An AMI is effectively an image of the system that you want present on the EC2 instance after booting it up. It prescribes the OS, software, any additional installed packages and data that will exists on that instance. The AMIs are based on HVM and should work on all EC2 instance types, however they are still an early product and are shareable on a per-case basis. Contact dinob at uw.edu for access to the AMIs.

Conclusion

At the time of writing the scalability, pricing and usability are still being evaluated. The final conclusions will be reported on in DMTN-137 but the preliminary results and behavior are very promising.

A ~35 person demo was held on November 8th at Kavli Petabytes to Science workshop in Cambridge, MA. Details of the demo, as well as more detailed explanations of the workflow accompanied by images, can be found on the tutorial website. Each attendee spun up their own 10 instance cluster and executed a 100 job workflow based on the ci_hsc data. The total cost of the demo was ~35USD.
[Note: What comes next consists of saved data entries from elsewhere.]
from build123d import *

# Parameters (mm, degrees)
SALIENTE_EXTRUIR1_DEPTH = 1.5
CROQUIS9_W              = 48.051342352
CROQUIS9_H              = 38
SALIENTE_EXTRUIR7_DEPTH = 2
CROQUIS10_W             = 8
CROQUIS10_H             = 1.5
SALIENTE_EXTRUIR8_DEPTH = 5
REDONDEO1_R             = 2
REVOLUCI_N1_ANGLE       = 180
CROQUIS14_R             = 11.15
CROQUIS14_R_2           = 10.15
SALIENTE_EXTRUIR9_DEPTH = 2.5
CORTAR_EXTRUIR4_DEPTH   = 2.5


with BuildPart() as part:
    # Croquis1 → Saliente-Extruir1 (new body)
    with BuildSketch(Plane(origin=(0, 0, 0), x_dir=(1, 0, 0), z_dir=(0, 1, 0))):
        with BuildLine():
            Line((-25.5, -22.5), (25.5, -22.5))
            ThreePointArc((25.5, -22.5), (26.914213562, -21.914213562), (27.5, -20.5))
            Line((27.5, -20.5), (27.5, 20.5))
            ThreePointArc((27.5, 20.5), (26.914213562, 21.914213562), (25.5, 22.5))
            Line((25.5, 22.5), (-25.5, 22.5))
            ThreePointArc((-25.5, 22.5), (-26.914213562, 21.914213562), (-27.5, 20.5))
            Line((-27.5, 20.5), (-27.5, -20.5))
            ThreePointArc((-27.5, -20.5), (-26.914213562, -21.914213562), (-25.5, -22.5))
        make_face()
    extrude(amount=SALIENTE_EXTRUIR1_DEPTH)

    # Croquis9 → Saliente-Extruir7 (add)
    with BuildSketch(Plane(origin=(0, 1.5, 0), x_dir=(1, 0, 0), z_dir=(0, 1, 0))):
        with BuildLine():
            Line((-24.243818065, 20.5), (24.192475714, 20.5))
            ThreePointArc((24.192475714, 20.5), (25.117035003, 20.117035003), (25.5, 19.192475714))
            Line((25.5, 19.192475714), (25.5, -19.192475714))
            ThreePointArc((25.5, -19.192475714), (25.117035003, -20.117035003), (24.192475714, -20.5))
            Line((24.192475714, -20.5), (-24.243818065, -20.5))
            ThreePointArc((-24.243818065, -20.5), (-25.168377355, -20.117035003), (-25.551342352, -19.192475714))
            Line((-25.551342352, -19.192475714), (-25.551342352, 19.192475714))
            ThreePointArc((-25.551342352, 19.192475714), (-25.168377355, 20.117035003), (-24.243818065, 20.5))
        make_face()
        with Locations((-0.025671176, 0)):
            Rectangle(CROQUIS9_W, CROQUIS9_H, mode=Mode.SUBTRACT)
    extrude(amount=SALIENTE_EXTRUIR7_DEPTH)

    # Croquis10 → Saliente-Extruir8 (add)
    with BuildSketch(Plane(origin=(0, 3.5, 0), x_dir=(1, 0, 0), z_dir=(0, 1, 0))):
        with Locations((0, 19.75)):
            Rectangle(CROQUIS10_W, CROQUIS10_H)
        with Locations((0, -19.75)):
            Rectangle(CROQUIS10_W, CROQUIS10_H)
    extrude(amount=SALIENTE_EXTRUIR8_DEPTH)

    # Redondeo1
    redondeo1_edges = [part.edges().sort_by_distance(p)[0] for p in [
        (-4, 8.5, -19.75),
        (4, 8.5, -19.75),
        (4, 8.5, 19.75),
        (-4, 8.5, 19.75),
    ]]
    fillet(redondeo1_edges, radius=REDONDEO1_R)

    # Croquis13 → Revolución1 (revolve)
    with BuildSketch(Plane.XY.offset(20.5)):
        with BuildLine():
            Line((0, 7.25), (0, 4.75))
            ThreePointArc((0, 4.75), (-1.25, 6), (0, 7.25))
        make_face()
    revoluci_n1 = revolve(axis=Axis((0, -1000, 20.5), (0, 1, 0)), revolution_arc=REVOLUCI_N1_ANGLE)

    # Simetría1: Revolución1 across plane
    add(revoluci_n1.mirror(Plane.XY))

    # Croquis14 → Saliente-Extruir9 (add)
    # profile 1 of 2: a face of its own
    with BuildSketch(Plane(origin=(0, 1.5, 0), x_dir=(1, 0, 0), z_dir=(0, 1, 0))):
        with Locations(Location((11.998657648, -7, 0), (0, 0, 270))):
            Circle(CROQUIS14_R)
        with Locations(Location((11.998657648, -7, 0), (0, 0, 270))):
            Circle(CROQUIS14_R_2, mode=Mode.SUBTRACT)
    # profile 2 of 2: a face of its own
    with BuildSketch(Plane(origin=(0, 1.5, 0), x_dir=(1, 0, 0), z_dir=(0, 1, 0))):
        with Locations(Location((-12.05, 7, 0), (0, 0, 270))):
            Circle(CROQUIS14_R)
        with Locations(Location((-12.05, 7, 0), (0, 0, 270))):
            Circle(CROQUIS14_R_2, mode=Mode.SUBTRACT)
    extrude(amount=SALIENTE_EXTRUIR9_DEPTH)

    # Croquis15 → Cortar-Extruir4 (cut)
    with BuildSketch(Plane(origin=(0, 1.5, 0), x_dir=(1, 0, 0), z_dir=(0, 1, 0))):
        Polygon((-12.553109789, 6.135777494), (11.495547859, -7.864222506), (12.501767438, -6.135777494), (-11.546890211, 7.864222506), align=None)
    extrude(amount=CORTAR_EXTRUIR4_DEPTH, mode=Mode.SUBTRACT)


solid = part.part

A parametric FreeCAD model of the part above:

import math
import FreeCAD as App
import Part
import Sketcher
from FreeCAD import Vector
Q = App.Units.Quantity


def edges_at(feature, points):
    """Names of the edges that pass closest to the given points."""
    edges = feature.Shape.Edges
    near = lambda p: min(range(len(edges)), key=lambda i: edges[i].distToShape(Part.Vertex(*p))[0])
    return sorted({f"Edge{near(p) + 1}" for p in points})

doc = App.newDocument("Part")
body = doc.addObject("PartDesign::Body", "Body")

# Sketch on XZ plane
sketch1 = body.newObject("Sketcher::SketchObject", "Sketch")
sketch1.AttachmentSupport = (doc.getObject("XZ_Plane"), [""])
sketch1.MapMode = "FlatFace"
sketch1.addGeometry([
    Part.LineSegment(Vector(-25.5, 22.5, 0), Vector(25.5, 22.5, 0)),  # 0
    Part.ArcOfCircle(Part.Circle(Vector(25.5, 20.5, 0), Vector(0, 0, 1), 2), math.radians(0), math.radians(90)),  # 1
    Part.LineSegment(Vector(27.5, 20.5, 0), Vector(27.5, -20.5, 0)),  # 2
    Part.ArcOfCircle(Part.Circle(Vector(25.5, -20.5, 0), Vector(0, 0, 1), 2), math.radians(-90), math.radians(0)),  # 3
    Part.LineSegment(Vector(25.5, -22.5, 0), Vector(-25.5, -22.5, 0)),  # 4
    Part.ArcOfCircle(Part.Circle(Vector(-25.5, -20.5, 0), Vector(0, 0, 1), 2), math.radians(-180), math.radians(-90)),  # 5
    Part.LineSegment(Vector(-27.5, -20.5, 0), Vector(-27.5, 20.5, 0)),  # 6
    Part.ArcOfCircle(Part.Circle(Vector(-25.5, 20.5, 0), Vector(0, 0, 1), 2), math.radians(90), math.radians(180)),  # 7
], False)
sketch1.addConstraint([
    Sketcher.Constraint("Tangent", 0, 2, 1, 2),
    Sketcher.Constraint("Tangent", 1, 1, 2, 1),
    Sketcher.Constraint("Tangent", 2, 2, 3, 2),
    Sketcher.Constraint("Tangent", 3, 1, 4, 1),
    Sketcher.Constraint("Tangent", 4, 2, 5, 2),
    Sketcher.Constraint("Tangent", 5, 1, 6, 1),
    Sketcher.Constraint("Tangent", 6, 2, 7, 2),
    Sketcher.Constraint("Tangent", 7, 1, 0, 1),
    Sketcher.Constraint("Horizontal", 0),
    Sketcher.Constraint("Vertical", 2),
    Sketcher.Constraint("Horizontal", 4),
    Sketcher.Constraint("Vertical", 6),
    Sketcher.Constraint("Equal", 1, 3),
    Sketcher.Constraint("Equal", 3, 5),
    Sketcher.Constraint("Equal", 5, 7),
    Sketcher.Constraint("Symmetric", 1, 3, 5, 3, -1, 1),
    Sketcher.Constraint("Radius", 1, Q("2 mm")),
    Sketcher.Constraint("DistanceX", 0, 1, 0, 2, Q("51 mm")),
    Sketcher.Constraint("DistanceY", 2, 2, 2, 1, Q("41 mm")),
])
pad1 = body.newObject("PartDesign::Pad", "Pad")
pad1.Profile = sketch1
pad1.Length = 1.5
pad1.Reversed = True

# Sketch on XZ plane
sketch2 = body.newObject("Sketcher::SketchObject", "Sketch001")
sketch2.AttachmentSupport = (doc.getObject("XZ_Plane"), [""])
sketch2.MapMode = "FlatFace"
sketch2.AttachmentOffset = App.Placement(Vector(0, 0, -1.5), App.Rotation())
sketch2.addGeometry([
    Part.LineSegment(Vector(24.2, -20.5, 0), Vector(-24.2, -20.5, 0)),  # 0
    Part.ArcOfCircle(Part.Circle(Vector(-24.2, -19.2, 0), Vector(0, 0, 1), 1.3), math.radians(-180), math.radians(-90)),  # 1
    Part.LineSegment(Vector(-25.6, -19.2, 0), Vector(-25.6, 19.2, 0)),  # 2
    Part.ArcOfCircle(Part.Circle(Vector(-24.2, 19.2, 0), Vector(0, 0, 1), 1.3), math.radians(90), math.radians(180)),  # 3
    Part.LineSegment(Vector(-24.2, 20.5, 0), Vector(24.2, 20.5, 0)),  # 4
    Part.ArcOfCircle(Part.Circle(Vector(24.2, 19.2, 0), Vector(0, 0, 1), 1.3), math.radians(0), math.radians(90)),  # 5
Additional larger scale testing, so far, were performed with clusters up to a hundred r5.xlarge, m5.xlarge and m5.2xlarge. These instances have 2 to 4 cores per instance with 8 to 32GB of memory on which a tract-sized datasets were processed; a tract is a small sub-selection of a whole nightly Rubin run. Further scaling and pricing tests will be executed up to a whole nightly run at which point more qualitative performance characteristics and pricing can be established.

AWS PoC showed that it is not impossible, nor is it significantly more difficult to run the Rubin DRP in the cloud compared to setting up a local compute resource. The preliminary tests indicate that the cloud definitely has the potential for significant scaling while still remaining affordable. Given the variety of problems mentioned in the introduction, as of yet, there is almost a certainty that such functionality would be desirable and accepted in the community.

Another important AWS PoC result was exercising the DM code. While implementing the support for AWS into the DM code we discovered many assumptions that were made in the DM code. Many of these assumptions were not only limiting the implementation of the AWS support, but also made the Butler less flexible than necessary. Even if cloud aspect is not pursued further, just recounting the contributions made in return made this exercise worth while. As a result of the AWS PoC Groups work, the Butler code base is left at more general and flexible than it started.